Korai Docs
Ai backend

AWS Polly Usage

The AI backend uses AWS Polly, Amazon's text-to-speech (TTS) service, to generate high-quality, natural-sounding speech for non-Indian languages. This is a key part of the multi-voice translation and TTS pipeline.

The synthesize_speech_polly Function

The synthesize_speech_polly function is the dedicated function for interacting with the AWS Polly API.

def synthesize_speech_polly(text: str, target_language: str, voice_id: str) -> bytes:
    """Synthesize speech using AWS Polly"""
    # ... (implementation details)

How it Works:

  1. Client Initialization: The function initializes the Boto3 Polly client with the necessary AWS credentials.

  2. Language and Voice Mapping: It maps the internal language codes to the language codes and voices supported by AWS Polly. The POLLY_VOICE_MAP dictionary defines a selection of voices for various languages.

  3. Neural Engine Prioritization: The function is designed to prioritize Polly's neural engine for the highest quality speech synthesis. It maintains a list of neural_voices and attempts to use the neural engine for these voices. If the neural engine fails for any reason, it automatically falls back to the standard engine, ensuring robustness.

  4. Speech Synthesis: The polly_client.synthesize_speech() method is called with the text, voice ID, language code, and selected engine. The output format is requested as MP3.
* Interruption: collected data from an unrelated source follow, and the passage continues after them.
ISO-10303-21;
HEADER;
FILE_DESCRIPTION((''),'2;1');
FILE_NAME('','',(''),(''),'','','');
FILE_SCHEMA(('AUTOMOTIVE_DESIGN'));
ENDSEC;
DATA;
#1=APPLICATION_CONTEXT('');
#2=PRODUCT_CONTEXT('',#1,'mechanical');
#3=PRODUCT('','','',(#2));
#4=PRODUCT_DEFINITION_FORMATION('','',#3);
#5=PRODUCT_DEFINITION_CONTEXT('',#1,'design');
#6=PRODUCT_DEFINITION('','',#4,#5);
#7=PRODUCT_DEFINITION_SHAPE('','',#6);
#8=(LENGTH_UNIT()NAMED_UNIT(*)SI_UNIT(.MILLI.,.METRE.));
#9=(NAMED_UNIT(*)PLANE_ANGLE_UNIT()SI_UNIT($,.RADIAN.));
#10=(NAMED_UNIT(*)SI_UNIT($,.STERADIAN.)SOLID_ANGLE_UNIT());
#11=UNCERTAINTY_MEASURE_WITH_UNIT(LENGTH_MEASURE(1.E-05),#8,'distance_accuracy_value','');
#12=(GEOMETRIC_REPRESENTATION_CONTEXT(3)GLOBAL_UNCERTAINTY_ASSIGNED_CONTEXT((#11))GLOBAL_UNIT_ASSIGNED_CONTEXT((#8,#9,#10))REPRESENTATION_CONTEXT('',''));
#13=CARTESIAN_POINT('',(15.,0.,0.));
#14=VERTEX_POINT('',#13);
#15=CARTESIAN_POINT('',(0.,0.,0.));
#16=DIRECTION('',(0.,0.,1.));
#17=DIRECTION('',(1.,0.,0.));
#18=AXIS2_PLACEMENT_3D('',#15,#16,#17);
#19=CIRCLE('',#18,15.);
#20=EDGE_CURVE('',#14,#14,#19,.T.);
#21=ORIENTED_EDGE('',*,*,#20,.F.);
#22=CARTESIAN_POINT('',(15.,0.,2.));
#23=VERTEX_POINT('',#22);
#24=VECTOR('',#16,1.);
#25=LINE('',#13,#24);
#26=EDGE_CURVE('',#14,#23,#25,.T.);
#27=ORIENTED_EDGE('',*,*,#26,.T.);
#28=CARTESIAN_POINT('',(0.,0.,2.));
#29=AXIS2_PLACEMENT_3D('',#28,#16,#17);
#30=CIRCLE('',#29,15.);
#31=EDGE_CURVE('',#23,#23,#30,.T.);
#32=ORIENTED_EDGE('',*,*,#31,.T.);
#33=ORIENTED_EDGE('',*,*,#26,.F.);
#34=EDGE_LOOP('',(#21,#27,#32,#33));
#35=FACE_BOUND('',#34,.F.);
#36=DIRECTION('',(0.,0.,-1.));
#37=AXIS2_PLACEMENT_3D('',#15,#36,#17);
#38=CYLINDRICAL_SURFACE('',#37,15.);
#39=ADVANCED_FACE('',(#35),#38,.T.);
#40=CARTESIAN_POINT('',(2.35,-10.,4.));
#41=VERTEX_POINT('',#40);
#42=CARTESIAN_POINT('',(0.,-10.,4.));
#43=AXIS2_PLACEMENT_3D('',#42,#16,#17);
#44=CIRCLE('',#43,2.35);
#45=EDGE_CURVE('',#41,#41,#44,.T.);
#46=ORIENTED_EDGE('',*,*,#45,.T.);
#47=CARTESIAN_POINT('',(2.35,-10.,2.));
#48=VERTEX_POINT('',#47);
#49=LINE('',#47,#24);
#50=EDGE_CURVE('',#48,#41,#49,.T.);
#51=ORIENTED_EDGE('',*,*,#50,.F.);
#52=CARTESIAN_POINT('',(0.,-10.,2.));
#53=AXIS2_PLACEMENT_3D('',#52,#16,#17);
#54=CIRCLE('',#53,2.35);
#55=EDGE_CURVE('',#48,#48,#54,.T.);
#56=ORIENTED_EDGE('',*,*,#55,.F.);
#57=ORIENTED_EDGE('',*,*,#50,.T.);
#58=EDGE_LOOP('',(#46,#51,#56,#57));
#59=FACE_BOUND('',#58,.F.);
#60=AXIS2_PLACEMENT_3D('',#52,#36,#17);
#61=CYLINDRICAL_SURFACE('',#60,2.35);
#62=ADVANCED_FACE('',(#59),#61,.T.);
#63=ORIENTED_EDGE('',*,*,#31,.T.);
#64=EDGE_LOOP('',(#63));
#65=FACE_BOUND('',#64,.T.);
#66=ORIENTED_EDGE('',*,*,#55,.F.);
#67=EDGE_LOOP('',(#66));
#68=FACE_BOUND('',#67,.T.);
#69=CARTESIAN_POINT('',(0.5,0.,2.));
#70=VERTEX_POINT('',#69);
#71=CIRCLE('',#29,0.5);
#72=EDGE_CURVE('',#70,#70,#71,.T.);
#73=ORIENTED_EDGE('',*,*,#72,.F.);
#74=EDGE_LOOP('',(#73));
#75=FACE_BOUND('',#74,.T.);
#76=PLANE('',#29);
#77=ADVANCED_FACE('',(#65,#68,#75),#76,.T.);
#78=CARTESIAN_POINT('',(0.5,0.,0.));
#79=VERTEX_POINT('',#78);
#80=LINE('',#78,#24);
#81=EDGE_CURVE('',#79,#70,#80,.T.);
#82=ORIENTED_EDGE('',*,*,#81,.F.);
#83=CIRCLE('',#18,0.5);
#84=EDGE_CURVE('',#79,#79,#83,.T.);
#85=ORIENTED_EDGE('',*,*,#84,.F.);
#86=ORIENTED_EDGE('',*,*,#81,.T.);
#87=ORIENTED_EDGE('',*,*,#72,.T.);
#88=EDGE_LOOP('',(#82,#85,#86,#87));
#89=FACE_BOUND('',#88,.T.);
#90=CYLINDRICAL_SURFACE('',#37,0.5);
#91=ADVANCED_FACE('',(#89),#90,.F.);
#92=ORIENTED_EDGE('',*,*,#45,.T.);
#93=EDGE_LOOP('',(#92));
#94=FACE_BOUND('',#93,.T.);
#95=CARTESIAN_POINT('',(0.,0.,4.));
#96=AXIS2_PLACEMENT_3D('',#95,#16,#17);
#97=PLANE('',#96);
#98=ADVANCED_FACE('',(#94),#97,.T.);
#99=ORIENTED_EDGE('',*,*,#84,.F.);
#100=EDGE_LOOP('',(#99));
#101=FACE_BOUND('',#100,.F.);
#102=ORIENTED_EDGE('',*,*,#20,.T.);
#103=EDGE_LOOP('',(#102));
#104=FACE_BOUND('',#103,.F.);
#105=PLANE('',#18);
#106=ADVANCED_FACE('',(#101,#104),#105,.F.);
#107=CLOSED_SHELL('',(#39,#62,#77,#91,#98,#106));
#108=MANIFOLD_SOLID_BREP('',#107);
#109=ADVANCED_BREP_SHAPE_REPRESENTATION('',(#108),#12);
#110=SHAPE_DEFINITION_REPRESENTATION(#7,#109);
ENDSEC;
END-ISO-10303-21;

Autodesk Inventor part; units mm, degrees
ref_plane "YZ Plane" through (0, 0, 0) normal (1, 0, 0) x (0, 1, 0)
ref_plane "XZ Plane" through (0, 0, 0) normal (0, 1, 0) x (-1, 0, 0)
ref_plane "XY Plane" through (0, 0, 0) normal (0, 0, 1) x (1, 0, 0)
sketch "Boceto1" plane through (0, 0, 0) normal (0, 0, 1) x (1, 0, 0)
  circle A0 centre (0, 0) radius 15
  circle A1 centre (0, 0) radius 0.5
  dimension "d0" = 30
  dimension "d1" = 1
extrude "Extrusión1" add sketch "Boceto1" along normal blind 2
sketch "Boceto2" plane through (0, 0, 2) normal (0, 0, 1) x (1, 0, 0)
  circle A0 centre (0, 0) radius 0.5 projected
  circle A1 centre (0, -10) radius 2.35
  dimension "d4" = 4.7
  dimension "d6" = 10
extrude "Extrusión2" add sketch "Boceto2" along normal blind 2 contours A1
properties part number "Rueda interna"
  5. Format Conversion: Since the rest of the audio processing pipeline works with the WAV format, the function uses the pydub library to convert the MP3 audio stream received from Polly into WAV format.

Voice Selection for Multi-Voice TTS

When processing a clip with multiple speakers, the system intelligently assigns a different AWS Polly voice to each speaker. This is handled in the process_clip function:

                else:
                    # Use AWS Polly voices for non-Indian languages
                    polly_voices = POLLY_VOICE_MAP.get(target_language, ["Joanna", "Matthew"])
                    # Ensure we cycle through all available voices for better distinction
                    voice_map = {}
                    for i, speaker in enumerate(speakers):
                        voice_map[speaker] = polly_voices[i % len(polly_voices)]

This ensures that each speaker in the translated video has a distinct and consistent voice, creating a more natural and professional-sounding result.

By leveraging AWS Polly, the AI backend can provide high-quality, multi-voice TTS for a wide range of languages, significantly enhancing the quality of the translated video clips.